This post originated from an RSS feed registered with Java Buzz
by Bill de hÓra.
Original Post: Efficient API Paging: count down, not up
Feed Title: Bill de hÓra
Feed URL: http://www.dehora.net/journal/atom.xml
Feed Description: FD85 1117 1888 1681 7689 B5DF E696 885C 20D8 21F8
Hueniverse: "Making an API call is like asking a question and if the question is simple enough, the answer is easy to come by. For example, asking to describe a single user is simple. A single database lookup using a single unique key is fast and generally easy to scale. This is the most optimized use case in relational databases. However, asking for the last 20 messages of all the friends I am following is not a simple question. It is complex because it is really a list of questions batched together. To find the last 20 messages, we must ask:
* Who do I follow? * What are their last 20 messages? * Of all the messages found, which are the most recent 20? * What is the content and other metadata for each of these 20 messages?
This list of questions becomes pretty inefficient with a very large set of friends being followed. However, the data set can be reduced by first finding the top 20 friends with the most recent updates, and only requesting their 20 latest messages. Even with this optimization, we are looking at fetching up to 400 messages in order to display 20. This gets much worse when the request is for the second page of messages (messages 21-40) where we can fetch up to 1600 messages from up to 40 friends in order to display 20 messages. By the 5th page we are fetching up to 10,000 messages to display 20 (which might explain why Twitter temporarily disabled the paging feature of their API)."

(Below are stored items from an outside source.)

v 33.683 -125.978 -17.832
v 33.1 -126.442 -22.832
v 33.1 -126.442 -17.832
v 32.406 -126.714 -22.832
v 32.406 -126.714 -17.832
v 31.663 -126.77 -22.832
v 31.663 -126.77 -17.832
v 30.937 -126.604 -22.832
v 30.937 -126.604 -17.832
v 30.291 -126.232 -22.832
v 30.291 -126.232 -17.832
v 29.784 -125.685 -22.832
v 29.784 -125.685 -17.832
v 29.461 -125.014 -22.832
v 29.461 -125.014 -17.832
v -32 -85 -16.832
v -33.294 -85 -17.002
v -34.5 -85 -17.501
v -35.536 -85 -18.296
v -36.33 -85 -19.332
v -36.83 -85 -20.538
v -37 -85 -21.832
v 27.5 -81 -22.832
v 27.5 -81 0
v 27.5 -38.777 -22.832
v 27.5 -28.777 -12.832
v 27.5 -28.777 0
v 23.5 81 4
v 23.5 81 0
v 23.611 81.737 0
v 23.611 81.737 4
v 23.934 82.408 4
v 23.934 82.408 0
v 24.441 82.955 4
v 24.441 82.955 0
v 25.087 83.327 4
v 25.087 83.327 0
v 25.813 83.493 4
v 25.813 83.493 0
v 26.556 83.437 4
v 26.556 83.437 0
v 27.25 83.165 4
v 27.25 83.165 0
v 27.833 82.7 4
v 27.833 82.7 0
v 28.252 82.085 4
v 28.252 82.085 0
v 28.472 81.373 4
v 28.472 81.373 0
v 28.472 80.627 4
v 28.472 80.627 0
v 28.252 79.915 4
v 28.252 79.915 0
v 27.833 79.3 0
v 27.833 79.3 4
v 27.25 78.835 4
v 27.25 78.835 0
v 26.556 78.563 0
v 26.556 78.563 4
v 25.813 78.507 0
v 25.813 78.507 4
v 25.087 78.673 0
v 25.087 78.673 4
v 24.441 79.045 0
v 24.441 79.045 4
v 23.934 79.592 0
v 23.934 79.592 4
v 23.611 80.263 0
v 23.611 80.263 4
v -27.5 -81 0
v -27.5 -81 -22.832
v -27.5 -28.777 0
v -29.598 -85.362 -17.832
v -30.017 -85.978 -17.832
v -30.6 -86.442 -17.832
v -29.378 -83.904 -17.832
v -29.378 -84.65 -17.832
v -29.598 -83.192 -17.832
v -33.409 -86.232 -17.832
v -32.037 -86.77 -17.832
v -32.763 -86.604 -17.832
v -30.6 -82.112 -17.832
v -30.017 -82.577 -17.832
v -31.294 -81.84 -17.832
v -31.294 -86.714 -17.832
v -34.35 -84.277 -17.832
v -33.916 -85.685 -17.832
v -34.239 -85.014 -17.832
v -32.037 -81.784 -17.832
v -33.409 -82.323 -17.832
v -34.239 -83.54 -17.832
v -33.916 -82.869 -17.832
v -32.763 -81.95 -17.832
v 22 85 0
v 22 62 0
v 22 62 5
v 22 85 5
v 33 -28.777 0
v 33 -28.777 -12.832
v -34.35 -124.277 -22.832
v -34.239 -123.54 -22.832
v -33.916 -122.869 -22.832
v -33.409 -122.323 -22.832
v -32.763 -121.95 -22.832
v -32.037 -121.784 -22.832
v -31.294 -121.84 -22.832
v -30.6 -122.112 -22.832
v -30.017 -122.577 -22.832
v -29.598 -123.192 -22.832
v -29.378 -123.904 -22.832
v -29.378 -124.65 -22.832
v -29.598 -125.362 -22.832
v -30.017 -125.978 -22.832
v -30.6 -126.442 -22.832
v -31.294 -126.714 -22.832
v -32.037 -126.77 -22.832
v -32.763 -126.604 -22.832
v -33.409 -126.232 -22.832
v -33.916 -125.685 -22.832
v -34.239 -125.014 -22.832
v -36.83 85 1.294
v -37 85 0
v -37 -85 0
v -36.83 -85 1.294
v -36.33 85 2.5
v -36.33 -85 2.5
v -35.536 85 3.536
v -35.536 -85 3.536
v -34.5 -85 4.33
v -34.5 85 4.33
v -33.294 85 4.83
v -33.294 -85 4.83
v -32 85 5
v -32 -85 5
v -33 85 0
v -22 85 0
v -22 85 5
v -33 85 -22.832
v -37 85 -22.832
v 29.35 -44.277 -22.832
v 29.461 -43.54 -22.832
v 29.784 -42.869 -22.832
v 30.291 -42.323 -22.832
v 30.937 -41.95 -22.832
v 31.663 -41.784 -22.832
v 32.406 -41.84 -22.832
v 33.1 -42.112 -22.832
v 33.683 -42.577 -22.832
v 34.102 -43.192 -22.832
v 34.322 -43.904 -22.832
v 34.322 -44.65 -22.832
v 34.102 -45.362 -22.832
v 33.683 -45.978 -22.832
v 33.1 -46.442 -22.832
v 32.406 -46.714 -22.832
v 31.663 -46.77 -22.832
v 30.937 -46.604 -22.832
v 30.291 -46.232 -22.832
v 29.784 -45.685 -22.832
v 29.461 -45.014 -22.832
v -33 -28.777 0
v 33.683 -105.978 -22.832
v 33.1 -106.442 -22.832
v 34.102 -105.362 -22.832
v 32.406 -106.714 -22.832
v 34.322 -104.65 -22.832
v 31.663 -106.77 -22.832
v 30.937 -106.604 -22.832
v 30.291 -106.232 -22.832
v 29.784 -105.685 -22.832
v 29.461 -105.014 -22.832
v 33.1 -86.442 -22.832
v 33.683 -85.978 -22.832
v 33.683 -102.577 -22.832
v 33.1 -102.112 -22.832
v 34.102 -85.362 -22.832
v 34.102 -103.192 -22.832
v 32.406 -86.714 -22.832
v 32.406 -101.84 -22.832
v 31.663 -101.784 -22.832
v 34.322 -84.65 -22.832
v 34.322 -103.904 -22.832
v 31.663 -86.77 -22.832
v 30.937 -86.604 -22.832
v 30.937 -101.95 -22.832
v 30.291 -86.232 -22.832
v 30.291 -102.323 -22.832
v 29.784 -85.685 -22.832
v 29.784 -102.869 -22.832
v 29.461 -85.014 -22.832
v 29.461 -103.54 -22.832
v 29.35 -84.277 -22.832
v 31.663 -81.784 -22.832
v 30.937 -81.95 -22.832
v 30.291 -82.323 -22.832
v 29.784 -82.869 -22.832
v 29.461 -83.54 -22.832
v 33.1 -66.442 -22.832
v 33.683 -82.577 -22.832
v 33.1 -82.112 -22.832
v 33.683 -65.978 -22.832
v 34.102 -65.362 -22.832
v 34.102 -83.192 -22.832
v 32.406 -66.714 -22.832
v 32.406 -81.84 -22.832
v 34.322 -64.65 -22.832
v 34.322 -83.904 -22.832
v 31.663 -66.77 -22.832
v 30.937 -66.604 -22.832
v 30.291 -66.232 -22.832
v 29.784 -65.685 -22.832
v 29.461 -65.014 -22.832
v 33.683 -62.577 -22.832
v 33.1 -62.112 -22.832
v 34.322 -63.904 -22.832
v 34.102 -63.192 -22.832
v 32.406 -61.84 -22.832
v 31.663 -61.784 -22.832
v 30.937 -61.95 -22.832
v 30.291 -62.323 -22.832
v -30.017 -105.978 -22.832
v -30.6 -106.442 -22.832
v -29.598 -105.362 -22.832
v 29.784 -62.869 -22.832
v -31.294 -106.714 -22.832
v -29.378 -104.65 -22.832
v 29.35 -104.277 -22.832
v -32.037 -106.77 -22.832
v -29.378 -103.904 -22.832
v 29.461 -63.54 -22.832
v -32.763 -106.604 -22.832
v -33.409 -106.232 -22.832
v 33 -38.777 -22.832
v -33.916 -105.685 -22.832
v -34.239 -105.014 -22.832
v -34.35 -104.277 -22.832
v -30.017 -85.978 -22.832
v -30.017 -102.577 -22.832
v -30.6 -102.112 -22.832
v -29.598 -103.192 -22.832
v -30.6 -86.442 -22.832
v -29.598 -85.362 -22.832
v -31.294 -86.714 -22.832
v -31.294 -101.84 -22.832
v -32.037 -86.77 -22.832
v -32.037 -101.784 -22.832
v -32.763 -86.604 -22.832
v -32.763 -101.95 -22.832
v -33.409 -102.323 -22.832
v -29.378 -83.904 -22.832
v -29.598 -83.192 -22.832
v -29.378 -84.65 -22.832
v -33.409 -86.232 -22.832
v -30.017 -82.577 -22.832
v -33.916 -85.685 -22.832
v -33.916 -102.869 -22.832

Let's ignore the notion of an inbox for now that avoids the who-do-I-follow-means-a-sql-join problem and look at paging over the network. The way some services exposes paging physically ensures each page has to be recomputed every time there's a new addition - new content keeps getting added to page=1, pushing everything else down off the main page causing a ripple effect over the set of pages. As a result, pages easily can't be archived and are tricky to cache - the content of "page=5" changes every time there's new content on the homepage (in Twitter's case new content on the hompage is extrememly frequent), because the paging model is a pushdown stack. Here's that stack:
All the messages are pushed down and logically, every page in the stack gets touched. As a result nothing is long term cacheable and nothing is physically archivable to disk. It's inherently non-scalable.
Another approach would be to work the paging backwards by counting down. In that model page=1 will be the oldest page not the newest one. Like this:
Note that we let the homepage grow by 1. That stopped propagation to the other pages. When the home page gets too big we can push some messages back to a new page and splice it into the list:
Upside? N-2 pages can be archived, even taken off your active database and served as flat files or out a memcached layer (if a database what you're using). If you don't mind a long homepage, you can manage the resizing just on the homepage and splice in a new page when the length of the homepage is 2x your archive page size. Downside? Somebody will file a bug that the main pages vary in size.
By the way, if you designed your Data API around Atom and RFC5005 thus telling everyone "follow the next link" instead of "compute the next link's url, then follow it", you could switch physical paging models after the fact - the user agent doesn't care about your notion of a linked list, it'll key off the "rel" paging attributes. Whereas if you exposed the counting model directly via URL parameters, all clients will need to be upgraded. It's basic Data API practice to tell clients to follow typed links instead of asking them to compute parameterised URLs.